About this exercise: Only those lines in the data below from the line containing "v -585.16 292.894 0" through the line containing "f 102 99 101", both included, should be restated word for word.

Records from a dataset
+ + + + +
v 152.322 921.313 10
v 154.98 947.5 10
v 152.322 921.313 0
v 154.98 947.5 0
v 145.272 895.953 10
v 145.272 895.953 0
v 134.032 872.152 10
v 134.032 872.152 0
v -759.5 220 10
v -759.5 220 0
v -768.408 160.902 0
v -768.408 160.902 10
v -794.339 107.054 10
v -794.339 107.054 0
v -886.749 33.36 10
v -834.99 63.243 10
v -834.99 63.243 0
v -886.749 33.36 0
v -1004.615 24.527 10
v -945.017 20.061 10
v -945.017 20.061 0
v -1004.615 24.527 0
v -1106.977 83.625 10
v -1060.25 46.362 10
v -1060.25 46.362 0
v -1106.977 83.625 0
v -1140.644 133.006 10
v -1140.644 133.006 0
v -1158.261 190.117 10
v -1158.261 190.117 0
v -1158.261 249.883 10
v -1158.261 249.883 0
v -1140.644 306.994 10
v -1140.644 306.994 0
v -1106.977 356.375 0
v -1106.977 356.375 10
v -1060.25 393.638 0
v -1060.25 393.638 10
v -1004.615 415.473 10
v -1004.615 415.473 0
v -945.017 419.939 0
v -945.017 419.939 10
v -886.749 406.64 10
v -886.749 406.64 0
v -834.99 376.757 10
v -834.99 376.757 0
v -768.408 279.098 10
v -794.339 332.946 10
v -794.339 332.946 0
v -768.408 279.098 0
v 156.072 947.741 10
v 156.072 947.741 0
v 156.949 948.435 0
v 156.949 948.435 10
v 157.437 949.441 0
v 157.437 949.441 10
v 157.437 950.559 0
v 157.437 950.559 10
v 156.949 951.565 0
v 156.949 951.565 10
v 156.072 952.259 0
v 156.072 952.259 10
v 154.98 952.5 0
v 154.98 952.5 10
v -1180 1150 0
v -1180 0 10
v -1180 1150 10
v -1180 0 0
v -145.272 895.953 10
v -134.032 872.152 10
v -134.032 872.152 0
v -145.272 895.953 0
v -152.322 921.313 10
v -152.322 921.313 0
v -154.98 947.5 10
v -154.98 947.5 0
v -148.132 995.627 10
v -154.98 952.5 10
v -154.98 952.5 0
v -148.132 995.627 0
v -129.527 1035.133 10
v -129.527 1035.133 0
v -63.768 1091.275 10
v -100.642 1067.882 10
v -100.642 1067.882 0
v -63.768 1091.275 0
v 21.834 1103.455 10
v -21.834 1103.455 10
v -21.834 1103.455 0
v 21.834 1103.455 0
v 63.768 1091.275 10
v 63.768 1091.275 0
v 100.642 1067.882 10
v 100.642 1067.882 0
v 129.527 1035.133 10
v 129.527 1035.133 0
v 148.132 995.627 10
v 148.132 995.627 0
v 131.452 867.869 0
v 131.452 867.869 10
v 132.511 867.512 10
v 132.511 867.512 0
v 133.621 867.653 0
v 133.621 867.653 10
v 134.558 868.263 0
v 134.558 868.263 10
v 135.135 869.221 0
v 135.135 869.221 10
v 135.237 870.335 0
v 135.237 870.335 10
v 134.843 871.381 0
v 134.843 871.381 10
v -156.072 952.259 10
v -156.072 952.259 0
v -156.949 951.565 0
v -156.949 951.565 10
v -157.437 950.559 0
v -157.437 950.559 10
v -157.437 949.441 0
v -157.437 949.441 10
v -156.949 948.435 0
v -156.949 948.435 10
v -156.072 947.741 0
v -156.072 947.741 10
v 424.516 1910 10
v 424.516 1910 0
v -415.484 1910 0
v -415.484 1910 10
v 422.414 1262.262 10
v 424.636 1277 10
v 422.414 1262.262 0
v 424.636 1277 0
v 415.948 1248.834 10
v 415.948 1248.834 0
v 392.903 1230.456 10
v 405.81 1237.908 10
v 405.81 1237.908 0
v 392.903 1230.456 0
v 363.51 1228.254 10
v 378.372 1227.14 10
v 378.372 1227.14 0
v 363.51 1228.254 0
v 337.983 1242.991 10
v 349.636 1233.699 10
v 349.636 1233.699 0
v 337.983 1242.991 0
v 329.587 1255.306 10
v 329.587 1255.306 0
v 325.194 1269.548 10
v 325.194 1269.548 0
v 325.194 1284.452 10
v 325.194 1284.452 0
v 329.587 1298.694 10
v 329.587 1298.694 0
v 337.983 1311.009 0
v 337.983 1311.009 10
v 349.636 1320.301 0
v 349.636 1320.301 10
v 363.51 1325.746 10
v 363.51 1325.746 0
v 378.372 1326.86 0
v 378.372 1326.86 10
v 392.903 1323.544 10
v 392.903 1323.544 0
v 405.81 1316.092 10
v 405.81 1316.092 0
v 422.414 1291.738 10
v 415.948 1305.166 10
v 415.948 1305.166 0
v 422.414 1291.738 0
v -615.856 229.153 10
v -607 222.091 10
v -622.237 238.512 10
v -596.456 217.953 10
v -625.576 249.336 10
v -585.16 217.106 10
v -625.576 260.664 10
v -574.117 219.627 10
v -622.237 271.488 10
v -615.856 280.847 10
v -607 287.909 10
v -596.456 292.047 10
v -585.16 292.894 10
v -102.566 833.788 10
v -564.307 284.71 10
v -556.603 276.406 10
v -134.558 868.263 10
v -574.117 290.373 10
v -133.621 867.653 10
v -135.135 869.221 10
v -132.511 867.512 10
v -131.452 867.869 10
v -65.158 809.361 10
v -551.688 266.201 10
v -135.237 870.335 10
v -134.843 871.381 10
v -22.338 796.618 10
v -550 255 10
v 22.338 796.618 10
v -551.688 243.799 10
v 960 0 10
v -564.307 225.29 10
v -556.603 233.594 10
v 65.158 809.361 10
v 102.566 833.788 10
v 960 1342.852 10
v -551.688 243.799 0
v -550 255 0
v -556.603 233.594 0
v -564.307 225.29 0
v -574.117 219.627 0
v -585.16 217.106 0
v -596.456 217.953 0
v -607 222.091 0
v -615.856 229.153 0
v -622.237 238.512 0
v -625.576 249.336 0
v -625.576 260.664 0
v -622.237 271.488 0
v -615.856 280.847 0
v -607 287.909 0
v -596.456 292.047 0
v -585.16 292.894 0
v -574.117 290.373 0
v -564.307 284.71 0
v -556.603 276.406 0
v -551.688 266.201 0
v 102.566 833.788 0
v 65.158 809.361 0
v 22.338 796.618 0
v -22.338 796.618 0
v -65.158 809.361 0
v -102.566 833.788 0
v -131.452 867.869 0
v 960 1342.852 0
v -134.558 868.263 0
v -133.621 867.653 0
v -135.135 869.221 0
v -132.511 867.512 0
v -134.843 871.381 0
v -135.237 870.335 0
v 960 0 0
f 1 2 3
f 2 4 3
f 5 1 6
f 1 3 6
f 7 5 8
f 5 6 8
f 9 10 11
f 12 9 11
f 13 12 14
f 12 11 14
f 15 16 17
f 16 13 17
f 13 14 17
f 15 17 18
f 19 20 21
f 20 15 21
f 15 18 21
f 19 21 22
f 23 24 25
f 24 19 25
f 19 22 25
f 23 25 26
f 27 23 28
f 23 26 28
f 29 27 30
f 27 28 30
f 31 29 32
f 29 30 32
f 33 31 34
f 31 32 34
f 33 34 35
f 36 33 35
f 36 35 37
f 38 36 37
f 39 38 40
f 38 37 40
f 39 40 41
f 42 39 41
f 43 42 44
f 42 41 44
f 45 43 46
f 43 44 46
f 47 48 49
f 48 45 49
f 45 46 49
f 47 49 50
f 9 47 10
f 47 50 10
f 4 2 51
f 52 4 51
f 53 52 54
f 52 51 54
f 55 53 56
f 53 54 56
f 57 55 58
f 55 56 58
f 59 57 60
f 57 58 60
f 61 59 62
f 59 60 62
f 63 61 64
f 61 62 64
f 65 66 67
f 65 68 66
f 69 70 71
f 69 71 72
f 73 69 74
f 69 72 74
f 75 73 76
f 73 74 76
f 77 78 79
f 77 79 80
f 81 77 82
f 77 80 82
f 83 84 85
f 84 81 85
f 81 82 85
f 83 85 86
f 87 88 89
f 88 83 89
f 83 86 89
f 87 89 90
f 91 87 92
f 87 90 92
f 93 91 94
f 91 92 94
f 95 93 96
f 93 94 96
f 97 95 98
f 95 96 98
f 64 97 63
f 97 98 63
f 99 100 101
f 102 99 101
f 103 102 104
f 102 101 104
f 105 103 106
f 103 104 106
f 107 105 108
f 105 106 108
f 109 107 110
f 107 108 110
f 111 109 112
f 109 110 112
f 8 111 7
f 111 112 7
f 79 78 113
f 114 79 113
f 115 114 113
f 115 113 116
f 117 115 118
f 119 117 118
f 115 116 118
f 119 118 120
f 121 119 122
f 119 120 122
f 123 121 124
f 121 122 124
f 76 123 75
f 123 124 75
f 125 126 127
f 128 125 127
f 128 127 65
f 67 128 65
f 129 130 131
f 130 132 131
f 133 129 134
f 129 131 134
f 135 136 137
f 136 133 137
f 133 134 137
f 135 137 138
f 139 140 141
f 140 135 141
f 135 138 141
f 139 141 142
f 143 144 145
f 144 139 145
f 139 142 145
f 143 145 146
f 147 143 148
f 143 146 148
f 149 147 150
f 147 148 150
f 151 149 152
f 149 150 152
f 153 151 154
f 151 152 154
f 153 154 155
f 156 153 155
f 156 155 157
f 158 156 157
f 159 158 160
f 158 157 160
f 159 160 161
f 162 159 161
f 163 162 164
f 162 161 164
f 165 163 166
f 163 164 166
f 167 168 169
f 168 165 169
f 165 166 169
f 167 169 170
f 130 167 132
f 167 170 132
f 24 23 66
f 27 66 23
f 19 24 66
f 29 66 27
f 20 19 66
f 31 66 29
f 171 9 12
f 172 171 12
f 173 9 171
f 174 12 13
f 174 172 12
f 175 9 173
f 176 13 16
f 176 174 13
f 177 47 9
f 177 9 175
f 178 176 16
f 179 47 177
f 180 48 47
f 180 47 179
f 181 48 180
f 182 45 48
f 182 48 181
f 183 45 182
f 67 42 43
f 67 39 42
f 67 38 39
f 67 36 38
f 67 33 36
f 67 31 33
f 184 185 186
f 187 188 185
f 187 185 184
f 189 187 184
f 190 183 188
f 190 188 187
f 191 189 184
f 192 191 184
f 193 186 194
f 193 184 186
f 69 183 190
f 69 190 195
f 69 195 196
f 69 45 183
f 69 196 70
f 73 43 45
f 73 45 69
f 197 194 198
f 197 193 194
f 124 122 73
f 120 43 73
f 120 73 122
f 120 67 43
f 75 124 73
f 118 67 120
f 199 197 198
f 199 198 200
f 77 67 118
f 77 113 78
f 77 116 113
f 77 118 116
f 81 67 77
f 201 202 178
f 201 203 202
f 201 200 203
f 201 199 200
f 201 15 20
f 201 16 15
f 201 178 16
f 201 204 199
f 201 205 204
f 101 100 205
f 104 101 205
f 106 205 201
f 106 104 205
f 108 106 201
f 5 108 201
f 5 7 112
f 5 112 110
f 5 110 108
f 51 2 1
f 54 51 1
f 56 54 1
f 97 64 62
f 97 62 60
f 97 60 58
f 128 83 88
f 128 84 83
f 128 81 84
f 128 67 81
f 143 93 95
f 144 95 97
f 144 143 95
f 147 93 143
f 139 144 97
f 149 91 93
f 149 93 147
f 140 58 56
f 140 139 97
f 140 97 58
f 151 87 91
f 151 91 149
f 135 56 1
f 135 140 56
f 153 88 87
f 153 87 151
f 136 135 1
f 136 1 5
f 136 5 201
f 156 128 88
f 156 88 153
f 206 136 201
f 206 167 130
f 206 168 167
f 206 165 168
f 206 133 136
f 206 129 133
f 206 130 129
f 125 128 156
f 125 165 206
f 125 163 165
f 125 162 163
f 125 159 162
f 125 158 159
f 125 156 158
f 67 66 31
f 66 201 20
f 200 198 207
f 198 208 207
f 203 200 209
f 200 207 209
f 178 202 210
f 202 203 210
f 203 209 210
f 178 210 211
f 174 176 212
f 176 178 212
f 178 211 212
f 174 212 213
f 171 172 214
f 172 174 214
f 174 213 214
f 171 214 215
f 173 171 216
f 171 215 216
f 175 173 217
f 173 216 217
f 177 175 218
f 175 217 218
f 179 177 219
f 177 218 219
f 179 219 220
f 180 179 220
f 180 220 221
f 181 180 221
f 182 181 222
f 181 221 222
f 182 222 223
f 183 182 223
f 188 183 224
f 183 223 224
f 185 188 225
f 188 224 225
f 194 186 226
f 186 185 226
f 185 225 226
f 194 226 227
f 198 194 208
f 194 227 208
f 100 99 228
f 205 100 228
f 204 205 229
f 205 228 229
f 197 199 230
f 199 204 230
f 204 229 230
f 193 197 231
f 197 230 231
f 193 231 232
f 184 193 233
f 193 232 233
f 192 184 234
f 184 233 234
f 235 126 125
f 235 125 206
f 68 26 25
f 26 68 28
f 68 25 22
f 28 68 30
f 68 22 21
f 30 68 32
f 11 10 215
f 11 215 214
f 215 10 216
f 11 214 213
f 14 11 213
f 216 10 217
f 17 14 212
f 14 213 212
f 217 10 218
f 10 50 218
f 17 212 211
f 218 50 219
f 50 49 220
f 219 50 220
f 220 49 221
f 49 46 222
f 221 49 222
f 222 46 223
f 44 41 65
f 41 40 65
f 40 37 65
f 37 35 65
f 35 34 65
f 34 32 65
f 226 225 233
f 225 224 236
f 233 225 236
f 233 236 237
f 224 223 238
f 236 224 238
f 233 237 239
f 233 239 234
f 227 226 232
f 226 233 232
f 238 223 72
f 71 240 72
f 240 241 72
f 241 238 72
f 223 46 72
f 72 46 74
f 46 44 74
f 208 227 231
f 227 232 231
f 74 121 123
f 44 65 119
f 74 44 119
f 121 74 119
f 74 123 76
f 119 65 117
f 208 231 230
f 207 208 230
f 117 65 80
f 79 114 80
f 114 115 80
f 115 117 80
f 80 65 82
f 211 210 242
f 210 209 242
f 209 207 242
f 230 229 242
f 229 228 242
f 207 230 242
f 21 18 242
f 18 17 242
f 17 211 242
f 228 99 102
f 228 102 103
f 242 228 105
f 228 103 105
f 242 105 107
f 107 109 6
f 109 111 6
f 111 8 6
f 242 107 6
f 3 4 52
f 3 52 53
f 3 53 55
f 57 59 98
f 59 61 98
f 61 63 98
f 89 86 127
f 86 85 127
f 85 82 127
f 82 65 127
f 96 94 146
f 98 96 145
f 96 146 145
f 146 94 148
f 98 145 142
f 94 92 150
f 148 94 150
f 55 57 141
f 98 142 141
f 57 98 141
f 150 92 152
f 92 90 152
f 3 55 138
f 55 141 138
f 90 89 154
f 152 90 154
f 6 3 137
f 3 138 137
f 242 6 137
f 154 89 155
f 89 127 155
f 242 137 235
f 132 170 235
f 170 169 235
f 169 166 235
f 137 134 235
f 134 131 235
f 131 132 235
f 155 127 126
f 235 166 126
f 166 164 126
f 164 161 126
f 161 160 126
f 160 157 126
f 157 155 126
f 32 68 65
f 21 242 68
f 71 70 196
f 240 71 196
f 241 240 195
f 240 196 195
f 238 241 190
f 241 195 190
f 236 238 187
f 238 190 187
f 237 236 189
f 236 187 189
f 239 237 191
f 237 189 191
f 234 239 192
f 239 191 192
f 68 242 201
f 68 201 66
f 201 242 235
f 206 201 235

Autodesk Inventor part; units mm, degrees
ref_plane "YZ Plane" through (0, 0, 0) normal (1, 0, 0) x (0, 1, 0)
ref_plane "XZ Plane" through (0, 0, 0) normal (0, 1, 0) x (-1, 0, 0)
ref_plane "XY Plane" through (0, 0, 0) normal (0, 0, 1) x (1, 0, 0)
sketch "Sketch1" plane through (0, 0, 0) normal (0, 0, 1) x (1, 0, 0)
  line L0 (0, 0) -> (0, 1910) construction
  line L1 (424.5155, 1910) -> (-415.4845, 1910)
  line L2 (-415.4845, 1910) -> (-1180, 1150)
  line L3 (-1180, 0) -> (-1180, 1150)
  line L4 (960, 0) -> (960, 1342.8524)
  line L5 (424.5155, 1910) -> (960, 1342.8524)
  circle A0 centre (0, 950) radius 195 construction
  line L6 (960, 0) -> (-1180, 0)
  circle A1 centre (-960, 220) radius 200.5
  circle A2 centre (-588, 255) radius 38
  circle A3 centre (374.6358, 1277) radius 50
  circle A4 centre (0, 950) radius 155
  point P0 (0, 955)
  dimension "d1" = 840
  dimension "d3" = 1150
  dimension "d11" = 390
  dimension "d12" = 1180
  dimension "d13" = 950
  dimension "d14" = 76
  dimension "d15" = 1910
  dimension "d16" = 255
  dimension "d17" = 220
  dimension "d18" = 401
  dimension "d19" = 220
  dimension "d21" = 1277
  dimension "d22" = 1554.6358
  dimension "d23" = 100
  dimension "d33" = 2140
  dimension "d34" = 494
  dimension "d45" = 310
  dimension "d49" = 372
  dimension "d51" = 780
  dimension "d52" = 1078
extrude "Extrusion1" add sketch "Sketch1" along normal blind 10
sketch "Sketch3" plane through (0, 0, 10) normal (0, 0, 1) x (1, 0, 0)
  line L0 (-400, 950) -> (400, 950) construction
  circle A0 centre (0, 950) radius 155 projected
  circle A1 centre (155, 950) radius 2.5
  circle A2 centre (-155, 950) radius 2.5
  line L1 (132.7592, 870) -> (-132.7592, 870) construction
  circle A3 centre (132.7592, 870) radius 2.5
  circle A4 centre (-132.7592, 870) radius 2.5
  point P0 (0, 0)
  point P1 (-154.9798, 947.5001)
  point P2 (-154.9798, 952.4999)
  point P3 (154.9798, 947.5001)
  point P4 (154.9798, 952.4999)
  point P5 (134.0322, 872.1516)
+ + + + +
Answer space:
v -585.16 292.894 0
v -574.117 290.373 0
v -564.307 284.71 0
v -556.603 276.406 0
v -551.688 266.201 0
v 102.566 833.788 0
v 65.158 809.361 0
v 22.338 796.618 0
v -22.338 796.618 0
v -65.158 809.361 0
v -102.566 833.788 0
v -131.452 867.869 0
v 960 1342.852 0
v -134.558 868.263 0
v -133.621 867.653 0
v -135.135 869.221 0
v -132.511 867.512 0
v -134.843 871.381 0
v -135.237 870.335 0
v 960 0 0
f 1 2 3
f 2 4 3
f 5 1 6
f 1 3 6
f 7 5 8
f 5 6 8
f 9 10 11
f 12 9 11
f 13 12 14
f 12 11 14
f 15 16 17
f 16 13 17
f 13 14 17
f 15 17 18
f 19 20 21
f 20 15 21
f 15 18 21
f 19 21 22
f 23 24 25
f 24 19 25
f 19 22 25
f 23 25 26
f 27 23 28
f 23 26 28
f 29 27 30
f 27 28 30
f 31 29 32
f 29 30 32
f 33 31 34
f 31 32 34
f 33 34 35
f 36 33 35
f 36 35 37
f 38 36 37
f 39 38 40
f 38 37 40
f 39 40 41
f 42 39 41
f 43 42 44
f 42 41 44
f 45 43 46
f 43 44 46
f 47 48 49
f 48 45 49
f 45 46 49
f 47 49 50
f 9 47 10
f 47 50 10
f 4 2 51
f 52 4 51
f 53 52 54
f 52 51 54
f 55 53 56
f 53 54 56
f 57 55 58
f 55 56 58
f 59 57 60
f 57 58 60
f 61 59 62
f 59 60 62
f 63 61 64
f 61 62 64
f 65 66 67
f 65 68 66
f 69 70 71
f 69 71 72
f 73 69 74
f 69 72 74
f 75 73 76
f 73 74 76
f 77 78 79
f 77 79 80
f 81 77 82
f 77 80 82
f 83 84 85
f 84 81 85
f 81 82 85
f 83 85 86
f 87 88 89
f 88 83 89
f 83 86 89
f 87 89 90
f 91 87 92
f 87 90 92
f 93 91 94
f 91 92 94
f 95 93 96
f 93 94 96
f 97 95 98
f 95 96 98
f 64 97 63
f 97 98 63
f 99 100 101
f 102 99 101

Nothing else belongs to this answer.